Who gained most by this intercourse? It would be hard to say. It is a fit subject for a debate, a copy of Boswell’s “Life of Johnson” to go to the successful contestant. Johnson summed up his obligations to the lady in the famous letter written just before her second marriage, probably the last he ever wrote her. “I wish that God may grant you every blessing, that you may be happy in this world ... and eternally happy in a better state; and whatever I can contribute to your happiness I am ready to repay for that kindness which soothed twenty years of a life radically wretched.”
On the other hand, the Thrales secured what, perhaps unconsciously, they most desired, social position and distinction. At Streatham they entertained the best, if not perhaps the very highest, society of the time. Think for a moment of the intimates of this house, whose portraits, painted by Reynolds, hung in the library. There were my Lords Sandys and Westcote, college friends of Thrale; there were Johnson and Goldsmith; Garrick and Burke; Burney, and Reynolds himself, and a number of others, all from the brush of the great master; and could we hear the voices which from time to time might have been heard in the famous room, we should recognize Boswell and Piozzi, Baretti, and a host of others; and would it be necessary for the servant to announce the entrance of the great Mrs. Siddons, or Mrs. Garrick, or Fanny Burney, or Hannah More, or Mrs. Montagu, or any of the other ladies who later formed that famous coterie which came to be known as the Blue-Stockings?
But Johnson was the Thrales’ first lion and remained their greatest. He first gave Streatham parties distinction. The master of the house enjoyed having the wits about him, but was not one himself. Johnson said of him that “his mind struck the hours very regularly but did not mark the minutes.” It was his wife who, by her sprightliness and her wit and readiness, kept the ball rolling, showing infinite tact and skill in drawing out one and, when necessary, repressing another; asking—when the Doctor was not speaking—for a flash of silence from the company that a newcomer might be heard.
But I am anticipating. All this was not yet. A salon such as she created at Streatham Park is not the work of a month or of a year.

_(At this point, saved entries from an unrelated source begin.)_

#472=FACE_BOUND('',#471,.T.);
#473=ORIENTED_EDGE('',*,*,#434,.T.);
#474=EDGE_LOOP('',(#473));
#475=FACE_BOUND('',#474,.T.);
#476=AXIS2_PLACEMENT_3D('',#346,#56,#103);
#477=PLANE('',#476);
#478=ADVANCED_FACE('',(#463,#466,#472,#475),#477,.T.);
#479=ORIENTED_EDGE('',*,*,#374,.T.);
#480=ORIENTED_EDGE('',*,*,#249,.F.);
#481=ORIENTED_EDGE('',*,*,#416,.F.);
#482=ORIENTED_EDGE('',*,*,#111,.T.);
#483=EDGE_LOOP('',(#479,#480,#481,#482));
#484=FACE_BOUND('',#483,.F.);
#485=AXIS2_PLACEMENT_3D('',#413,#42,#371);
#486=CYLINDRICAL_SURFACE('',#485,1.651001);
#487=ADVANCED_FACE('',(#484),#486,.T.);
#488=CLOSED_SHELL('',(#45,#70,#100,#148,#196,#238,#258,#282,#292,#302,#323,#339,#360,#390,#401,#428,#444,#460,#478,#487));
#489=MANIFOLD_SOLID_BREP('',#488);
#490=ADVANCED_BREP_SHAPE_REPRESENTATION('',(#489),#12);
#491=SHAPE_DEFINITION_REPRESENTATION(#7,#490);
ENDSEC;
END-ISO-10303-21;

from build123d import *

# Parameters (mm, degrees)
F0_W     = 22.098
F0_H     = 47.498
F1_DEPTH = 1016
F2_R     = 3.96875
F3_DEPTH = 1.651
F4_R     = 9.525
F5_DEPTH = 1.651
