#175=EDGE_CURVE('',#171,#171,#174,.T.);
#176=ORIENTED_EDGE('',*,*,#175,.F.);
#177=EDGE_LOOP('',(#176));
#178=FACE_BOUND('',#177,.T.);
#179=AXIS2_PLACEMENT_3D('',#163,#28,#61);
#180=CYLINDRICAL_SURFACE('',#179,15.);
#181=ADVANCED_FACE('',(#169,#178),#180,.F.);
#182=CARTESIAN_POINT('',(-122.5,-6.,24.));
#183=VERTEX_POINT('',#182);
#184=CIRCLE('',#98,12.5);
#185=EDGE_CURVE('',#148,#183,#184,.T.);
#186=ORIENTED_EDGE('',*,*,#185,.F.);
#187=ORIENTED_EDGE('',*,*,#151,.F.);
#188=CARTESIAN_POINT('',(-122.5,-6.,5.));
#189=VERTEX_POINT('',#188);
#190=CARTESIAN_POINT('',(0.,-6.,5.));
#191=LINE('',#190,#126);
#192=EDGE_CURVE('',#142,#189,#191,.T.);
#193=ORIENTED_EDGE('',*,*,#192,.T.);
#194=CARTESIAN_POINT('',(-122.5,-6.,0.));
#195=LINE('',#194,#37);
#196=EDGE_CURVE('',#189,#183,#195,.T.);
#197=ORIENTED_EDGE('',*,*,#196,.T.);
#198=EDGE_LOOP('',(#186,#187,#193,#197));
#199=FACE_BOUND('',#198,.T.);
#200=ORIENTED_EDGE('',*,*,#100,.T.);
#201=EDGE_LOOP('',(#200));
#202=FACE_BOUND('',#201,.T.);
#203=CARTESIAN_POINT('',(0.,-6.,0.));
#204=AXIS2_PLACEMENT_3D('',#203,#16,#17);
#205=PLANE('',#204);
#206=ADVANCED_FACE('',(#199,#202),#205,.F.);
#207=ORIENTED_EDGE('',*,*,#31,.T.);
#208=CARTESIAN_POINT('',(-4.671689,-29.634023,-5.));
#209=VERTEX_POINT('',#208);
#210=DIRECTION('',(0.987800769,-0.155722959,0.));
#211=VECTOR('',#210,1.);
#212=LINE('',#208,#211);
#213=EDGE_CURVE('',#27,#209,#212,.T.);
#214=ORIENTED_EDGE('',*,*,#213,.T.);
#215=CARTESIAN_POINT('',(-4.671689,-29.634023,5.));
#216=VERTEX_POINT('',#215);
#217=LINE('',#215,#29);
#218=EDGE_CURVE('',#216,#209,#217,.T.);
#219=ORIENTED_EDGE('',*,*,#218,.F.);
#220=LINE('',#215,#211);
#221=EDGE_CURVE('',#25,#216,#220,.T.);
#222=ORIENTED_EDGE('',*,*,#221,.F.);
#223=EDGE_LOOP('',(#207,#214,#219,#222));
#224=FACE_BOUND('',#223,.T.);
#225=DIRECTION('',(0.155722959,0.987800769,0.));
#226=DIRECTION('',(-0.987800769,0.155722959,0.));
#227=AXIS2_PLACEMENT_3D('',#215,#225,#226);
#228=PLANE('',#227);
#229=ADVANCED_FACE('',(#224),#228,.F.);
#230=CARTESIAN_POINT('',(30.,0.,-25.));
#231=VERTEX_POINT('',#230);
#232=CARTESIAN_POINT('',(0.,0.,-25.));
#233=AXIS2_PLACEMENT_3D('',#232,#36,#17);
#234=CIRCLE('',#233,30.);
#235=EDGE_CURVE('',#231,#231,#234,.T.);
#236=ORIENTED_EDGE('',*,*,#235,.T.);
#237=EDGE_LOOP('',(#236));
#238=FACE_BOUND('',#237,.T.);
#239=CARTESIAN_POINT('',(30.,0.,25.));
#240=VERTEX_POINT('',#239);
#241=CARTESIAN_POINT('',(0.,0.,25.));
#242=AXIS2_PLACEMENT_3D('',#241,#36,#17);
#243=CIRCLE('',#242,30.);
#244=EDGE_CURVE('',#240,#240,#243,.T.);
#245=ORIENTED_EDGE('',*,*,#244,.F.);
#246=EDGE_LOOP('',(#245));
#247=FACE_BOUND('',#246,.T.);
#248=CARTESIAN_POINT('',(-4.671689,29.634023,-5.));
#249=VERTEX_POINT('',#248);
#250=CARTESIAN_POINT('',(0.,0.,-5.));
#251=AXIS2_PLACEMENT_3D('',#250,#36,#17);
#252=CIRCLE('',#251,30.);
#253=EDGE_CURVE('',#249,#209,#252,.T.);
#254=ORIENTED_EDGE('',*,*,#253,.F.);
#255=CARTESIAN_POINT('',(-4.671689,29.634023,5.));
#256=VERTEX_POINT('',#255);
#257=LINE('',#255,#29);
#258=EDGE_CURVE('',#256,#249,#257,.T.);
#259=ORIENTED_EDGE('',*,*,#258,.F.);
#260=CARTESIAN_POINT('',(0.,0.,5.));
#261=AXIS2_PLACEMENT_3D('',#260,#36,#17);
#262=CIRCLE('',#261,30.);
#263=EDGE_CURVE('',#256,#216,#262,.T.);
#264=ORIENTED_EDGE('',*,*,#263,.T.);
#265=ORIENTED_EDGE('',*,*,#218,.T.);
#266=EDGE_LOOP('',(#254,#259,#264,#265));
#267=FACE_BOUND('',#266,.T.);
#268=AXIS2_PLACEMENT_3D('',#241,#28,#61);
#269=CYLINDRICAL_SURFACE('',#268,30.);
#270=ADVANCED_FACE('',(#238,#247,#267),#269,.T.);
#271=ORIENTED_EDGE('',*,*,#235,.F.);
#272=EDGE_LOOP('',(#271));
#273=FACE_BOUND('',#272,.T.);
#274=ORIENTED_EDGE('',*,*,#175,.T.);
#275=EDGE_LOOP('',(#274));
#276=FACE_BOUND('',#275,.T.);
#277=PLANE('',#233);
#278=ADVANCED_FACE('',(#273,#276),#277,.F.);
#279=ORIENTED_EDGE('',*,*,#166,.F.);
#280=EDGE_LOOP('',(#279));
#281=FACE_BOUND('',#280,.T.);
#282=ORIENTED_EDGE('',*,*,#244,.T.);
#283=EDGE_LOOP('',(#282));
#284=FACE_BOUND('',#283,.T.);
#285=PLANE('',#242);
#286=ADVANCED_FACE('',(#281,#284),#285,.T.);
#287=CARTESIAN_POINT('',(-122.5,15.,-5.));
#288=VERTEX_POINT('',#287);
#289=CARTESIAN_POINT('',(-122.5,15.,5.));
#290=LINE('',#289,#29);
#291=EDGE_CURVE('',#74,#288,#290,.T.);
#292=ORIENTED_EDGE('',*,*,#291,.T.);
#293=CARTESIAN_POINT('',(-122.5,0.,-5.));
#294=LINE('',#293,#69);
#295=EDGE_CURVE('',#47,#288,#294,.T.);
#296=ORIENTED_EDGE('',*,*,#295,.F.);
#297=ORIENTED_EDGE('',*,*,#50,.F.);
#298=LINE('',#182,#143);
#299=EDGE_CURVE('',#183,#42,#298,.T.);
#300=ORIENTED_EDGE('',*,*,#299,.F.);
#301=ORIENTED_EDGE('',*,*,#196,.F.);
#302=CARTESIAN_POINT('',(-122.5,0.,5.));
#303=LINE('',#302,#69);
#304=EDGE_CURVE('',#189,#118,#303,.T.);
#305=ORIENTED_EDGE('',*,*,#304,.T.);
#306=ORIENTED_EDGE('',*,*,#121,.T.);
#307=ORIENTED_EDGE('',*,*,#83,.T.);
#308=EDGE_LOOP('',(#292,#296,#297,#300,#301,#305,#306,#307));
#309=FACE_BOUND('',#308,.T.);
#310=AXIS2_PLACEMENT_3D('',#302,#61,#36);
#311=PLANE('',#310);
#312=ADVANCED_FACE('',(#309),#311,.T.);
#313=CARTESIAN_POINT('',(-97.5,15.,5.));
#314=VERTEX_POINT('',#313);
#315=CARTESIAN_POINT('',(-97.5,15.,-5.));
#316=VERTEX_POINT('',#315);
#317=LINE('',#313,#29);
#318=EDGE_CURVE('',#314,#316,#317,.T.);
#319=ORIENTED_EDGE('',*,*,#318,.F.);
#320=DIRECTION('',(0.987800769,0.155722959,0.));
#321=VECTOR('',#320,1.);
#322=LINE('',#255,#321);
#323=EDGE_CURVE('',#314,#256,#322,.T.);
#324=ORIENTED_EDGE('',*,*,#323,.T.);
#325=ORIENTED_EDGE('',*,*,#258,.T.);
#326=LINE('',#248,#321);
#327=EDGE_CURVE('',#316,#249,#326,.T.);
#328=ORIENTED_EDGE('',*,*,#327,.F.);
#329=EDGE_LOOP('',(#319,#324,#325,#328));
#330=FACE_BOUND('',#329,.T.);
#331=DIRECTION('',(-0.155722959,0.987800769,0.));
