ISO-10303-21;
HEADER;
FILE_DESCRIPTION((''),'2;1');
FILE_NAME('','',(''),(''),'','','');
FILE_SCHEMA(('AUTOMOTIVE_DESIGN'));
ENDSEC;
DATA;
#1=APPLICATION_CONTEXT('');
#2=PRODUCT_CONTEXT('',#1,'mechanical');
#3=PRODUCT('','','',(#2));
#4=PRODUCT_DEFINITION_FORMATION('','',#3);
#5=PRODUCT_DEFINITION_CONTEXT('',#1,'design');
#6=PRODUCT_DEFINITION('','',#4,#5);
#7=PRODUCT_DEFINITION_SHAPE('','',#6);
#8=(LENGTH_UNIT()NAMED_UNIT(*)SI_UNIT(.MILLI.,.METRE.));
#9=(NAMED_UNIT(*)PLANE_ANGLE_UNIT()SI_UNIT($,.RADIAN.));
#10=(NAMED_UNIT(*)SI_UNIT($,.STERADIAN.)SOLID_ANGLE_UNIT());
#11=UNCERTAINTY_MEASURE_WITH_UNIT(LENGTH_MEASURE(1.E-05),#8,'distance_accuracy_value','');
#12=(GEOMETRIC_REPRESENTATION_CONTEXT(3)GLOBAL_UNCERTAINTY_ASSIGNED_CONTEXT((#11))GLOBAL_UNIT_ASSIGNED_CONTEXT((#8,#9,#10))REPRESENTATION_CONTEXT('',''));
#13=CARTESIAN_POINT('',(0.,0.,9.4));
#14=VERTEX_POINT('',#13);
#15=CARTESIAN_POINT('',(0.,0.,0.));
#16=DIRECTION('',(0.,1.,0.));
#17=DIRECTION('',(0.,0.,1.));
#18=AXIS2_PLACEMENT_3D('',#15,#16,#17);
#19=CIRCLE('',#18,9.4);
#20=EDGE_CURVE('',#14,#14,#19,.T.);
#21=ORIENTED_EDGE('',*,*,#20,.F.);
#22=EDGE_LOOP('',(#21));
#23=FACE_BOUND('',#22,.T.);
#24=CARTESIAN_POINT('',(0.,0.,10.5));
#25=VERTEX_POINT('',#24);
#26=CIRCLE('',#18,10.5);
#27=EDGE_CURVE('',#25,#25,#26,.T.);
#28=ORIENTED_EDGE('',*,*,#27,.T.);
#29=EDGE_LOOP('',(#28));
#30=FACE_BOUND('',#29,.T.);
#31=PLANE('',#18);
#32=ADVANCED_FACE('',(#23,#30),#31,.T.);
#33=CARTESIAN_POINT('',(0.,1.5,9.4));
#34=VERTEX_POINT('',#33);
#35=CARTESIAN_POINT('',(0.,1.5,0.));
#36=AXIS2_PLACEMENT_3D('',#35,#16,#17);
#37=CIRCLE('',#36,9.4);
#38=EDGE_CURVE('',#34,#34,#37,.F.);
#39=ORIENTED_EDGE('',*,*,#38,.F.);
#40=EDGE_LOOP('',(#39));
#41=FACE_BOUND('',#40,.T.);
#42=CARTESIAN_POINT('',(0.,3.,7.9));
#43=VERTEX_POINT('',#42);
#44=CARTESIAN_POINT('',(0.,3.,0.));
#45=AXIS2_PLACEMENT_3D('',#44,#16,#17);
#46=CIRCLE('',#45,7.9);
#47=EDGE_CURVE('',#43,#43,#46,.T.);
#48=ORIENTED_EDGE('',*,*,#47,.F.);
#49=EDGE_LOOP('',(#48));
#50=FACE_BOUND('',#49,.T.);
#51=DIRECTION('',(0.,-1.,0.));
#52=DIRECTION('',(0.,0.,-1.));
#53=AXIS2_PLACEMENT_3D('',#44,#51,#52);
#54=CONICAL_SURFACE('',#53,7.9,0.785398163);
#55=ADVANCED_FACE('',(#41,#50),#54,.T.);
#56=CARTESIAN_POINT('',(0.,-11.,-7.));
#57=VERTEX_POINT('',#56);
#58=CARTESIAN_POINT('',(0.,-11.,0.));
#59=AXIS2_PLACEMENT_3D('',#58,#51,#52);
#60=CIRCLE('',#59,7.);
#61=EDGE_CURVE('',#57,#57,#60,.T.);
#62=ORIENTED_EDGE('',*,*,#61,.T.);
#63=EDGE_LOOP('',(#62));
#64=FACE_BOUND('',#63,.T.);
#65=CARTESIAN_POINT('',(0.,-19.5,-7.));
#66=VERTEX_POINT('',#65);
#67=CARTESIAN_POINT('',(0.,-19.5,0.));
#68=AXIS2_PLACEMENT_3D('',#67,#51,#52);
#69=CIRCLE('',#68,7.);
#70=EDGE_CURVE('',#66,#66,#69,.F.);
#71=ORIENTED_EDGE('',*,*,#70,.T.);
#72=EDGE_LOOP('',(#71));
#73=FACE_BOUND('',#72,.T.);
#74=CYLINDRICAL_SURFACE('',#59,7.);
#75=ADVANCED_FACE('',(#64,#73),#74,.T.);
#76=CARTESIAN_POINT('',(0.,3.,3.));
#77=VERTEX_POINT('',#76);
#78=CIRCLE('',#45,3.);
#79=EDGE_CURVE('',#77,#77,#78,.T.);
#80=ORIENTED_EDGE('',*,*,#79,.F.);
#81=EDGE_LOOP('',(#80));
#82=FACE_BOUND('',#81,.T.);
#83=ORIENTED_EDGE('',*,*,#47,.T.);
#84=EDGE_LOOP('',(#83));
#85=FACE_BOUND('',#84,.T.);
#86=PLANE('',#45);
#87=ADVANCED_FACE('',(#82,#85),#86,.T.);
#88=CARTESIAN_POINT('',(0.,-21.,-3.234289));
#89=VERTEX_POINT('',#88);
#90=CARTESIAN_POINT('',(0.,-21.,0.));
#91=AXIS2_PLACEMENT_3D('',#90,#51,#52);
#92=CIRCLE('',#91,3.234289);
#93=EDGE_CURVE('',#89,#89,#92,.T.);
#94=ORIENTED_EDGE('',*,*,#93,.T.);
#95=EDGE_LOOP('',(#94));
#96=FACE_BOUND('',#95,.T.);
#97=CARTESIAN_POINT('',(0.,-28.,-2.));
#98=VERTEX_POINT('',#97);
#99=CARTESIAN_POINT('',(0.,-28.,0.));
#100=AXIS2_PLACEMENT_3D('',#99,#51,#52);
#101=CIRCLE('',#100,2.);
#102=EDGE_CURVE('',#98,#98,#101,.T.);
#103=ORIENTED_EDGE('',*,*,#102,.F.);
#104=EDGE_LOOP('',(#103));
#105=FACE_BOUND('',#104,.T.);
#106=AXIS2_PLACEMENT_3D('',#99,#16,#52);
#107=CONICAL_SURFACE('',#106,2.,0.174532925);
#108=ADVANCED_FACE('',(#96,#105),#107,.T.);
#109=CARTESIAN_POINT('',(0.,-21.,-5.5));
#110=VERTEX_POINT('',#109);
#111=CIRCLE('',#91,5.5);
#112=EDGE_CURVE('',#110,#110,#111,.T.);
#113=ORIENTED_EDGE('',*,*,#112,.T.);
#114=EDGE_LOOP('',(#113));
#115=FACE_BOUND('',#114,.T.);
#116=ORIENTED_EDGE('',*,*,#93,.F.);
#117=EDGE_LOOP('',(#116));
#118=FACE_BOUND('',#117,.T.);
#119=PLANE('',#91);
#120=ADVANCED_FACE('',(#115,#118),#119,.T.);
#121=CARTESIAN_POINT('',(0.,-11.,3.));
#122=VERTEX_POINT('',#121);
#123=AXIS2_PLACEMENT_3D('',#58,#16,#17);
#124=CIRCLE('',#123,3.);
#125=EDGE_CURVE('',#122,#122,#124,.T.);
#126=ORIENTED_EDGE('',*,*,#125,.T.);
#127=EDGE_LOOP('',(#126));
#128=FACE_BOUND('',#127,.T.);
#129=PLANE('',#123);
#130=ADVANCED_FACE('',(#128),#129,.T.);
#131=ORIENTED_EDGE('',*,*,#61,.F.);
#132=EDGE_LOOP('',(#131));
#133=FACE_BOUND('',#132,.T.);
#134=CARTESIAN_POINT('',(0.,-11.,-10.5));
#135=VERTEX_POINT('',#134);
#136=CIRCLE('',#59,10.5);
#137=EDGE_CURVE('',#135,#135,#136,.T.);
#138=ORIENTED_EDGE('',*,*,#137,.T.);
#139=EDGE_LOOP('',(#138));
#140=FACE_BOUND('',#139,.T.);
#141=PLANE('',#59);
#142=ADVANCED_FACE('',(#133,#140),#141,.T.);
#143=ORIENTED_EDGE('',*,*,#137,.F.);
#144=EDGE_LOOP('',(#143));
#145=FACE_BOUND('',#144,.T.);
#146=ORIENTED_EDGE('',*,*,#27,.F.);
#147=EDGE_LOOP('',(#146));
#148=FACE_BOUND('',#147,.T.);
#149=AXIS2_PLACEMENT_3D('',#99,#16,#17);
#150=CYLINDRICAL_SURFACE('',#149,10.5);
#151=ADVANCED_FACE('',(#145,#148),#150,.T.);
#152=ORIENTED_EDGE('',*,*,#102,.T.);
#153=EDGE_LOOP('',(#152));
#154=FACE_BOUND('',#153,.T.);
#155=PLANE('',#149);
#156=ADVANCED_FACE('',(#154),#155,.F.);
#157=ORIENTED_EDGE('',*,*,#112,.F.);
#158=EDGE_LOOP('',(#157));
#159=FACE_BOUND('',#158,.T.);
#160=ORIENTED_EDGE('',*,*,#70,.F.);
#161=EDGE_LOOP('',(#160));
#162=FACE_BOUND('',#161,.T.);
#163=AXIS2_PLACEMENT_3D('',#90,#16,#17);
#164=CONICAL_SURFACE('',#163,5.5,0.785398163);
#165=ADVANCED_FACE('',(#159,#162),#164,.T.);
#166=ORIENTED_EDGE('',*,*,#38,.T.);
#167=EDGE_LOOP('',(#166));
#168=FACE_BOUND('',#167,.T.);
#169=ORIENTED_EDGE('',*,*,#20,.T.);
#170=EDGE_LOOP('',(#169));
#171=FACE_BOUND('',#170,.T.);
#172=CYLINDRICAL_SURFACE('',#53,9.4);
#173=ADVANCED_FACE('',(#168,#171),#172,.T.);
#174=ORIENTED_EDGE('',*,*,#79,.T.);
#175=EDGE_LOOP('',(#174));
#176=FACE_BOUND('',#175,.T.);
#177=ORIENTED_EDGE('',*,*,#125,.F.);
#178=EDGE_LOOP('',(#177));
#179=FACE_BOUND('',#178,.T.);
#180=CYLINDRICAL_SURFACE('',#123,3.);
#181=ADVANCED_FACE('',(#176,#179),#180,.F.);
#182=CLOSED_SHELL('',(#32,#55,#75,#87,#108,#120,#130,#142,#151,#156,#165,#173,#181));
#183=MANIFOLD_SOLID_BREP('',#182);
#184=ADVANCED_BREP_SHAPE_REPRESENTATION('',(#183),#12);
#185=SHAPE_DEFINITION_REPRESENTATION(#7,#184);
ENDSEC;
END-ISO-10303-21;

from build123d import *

# Parameters (mm, degrees)
SKETCH_1_R          = 10.5
EXTRUDE_1_DEPTH     = 28
SKETCH_4_R          = 9.4
EXTRUDE_3_DEPTH     = 3
CHAMFER_2_SIZE      = 1.5
SKETCH_5_R          = 3
CUT_EXTRUDE_2_DEPTH = 14
CUT_EXTRUDE_START   = -17
SKETCH_6_R          = 10.5
SKETCH_6_R_2        = 7
CUT_EXTRUDE_3_DEPTH = 17
CUT_EXTRUDE_START_2 = -7
SKETCH_7_R          = 7
SKETCH_7_R_2        = 2
CUT_EXTRUDE_4_DEPTH = 7
CHAMFER_3_SIZE      = 1.5
DRAFT_3_ANGLE       = 10


with BuildPart() as part:
    # Эскиз1 → Бобышка-Вытянуть1 (new body)
    with BuildSketch(Plane(origin=(0, 0, 0), x_dir=(1, 0, 0), z_dir=(0, 1, 0))):
        with Locations(Location((0, 0, 0), (0, 0, 270))):
            Circle(SKETCH_1_R)
    extrude(amount=-EXTRUDE_1_DEPTH)

    # Эскиз4 → Бобышка-Вытянуть3 (add)
    with BuildSketch(Plane(origin=(0, 0, 0), x_dir=(1, 0, 0), z_dir=(0, 1, 0))):
        with Locations(Location((0, 0, 0), (0, 0, 270))):
            Circle(SKETCH_4_R)
    extrude(amount=EXTRUDE_3_DEPTH)

    # Фаска2
    chamfer_2_edges = [part.edges().sort_by_distance(p)[0] for p in [
        (0, 3, -9.4),
    ]]
    chamfer(chamfer_2_edges, length=CHAMFER_2_SIZE)

    # Эскиз5 → Вырез-Вытянуть2 (cut)
    with BuildSketch(Plane(origin=(0, 3, 0), x_dir=(1, 0, 0), z_dir=(0, 1, 0))):
        with Locations(Location((0, 0, 0), (0, 0, 270))):
            Circle(SKETCH_5_R)
    extrude(amount=-CUT_EXTRUDE_2_DEPTH, mode=Mode.SUBTRACT)

    # Эскиз6 → Вырез-Вытянуть3 (cut)
    with BuildSketch(Plane.XZ.offset(28).offset(CUT_EXTRUDE_START)):
        with Locations(Location((0, 0, 0), (0, 0, 90))):
            Circle(SKETCH_6_R)
        with Locations(Location((0, 0, 0), (0, 0, 270))):
            Circle(SKETCH_6_R_2, mode=Mode.SUBTRACT)
    extrude(amount=CUT_EXTRUDE_3_DEPTH, mode=Mode.SUBTRACT)

    # Эскиз7 → Вырез-Вытянуть4 (cut)
    with BuildSketch(Plane.XZ.offset(28).offset(CUT_EXTRUDE_START_2)):
        with Locations(Location((0, 0, 0), (0, 0, 270))):
            Circle(SKETCH_7_R)
        with Locations(Location((0, 0, 0), (0, 0, 270))):
            Circle(SKETCH_7_R_2, mode=Mode.SUBTRACT)
    extrude(amount=CUT_EXTRUDE_4_DEPTH, mode=Mode.SUBTRACT)

    # Фаска3
    chamfer_3_edges = [part.edges().sort_by_distance(p)[0] for p in [
        (0, -21, 7),
    ]]
    chamfer(chamfer_3_edges, length=CHAMFER_3_SIZE)

    # Уклон3
    draft_3_faces = [part.faces().sort_by_distance(p)[0] for p in [
        (0, -24.5, 2),
    ]]
    draft(draft_3_faces, Plane(origin=(0, -28, 0), x_dir=(0, 0, -1), z_dir=(0, -1, 0)), DRAFT_3_ANGLE)


solid = part.part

If Mrs. Thrale had ever entertained any illusions as to her husband’s regard for her, they must have received a shock when she discovered, as she soon did, that Mr. Thrale had previously offered his hand to several ladies, coupling with his proposal the fact that, in the event of its being accepted, he would expect to live for a portion of each year in his house adjoining the brewery. The famous brewery is now Barclay & Perkins’s, and still stands on its original site, where the Globe Theatre once stood, not far from the Surrey end of Southwark Bridge. A more unattractive place of residence it would be hard to imagine, but for some reason Mr. Thrale loved it.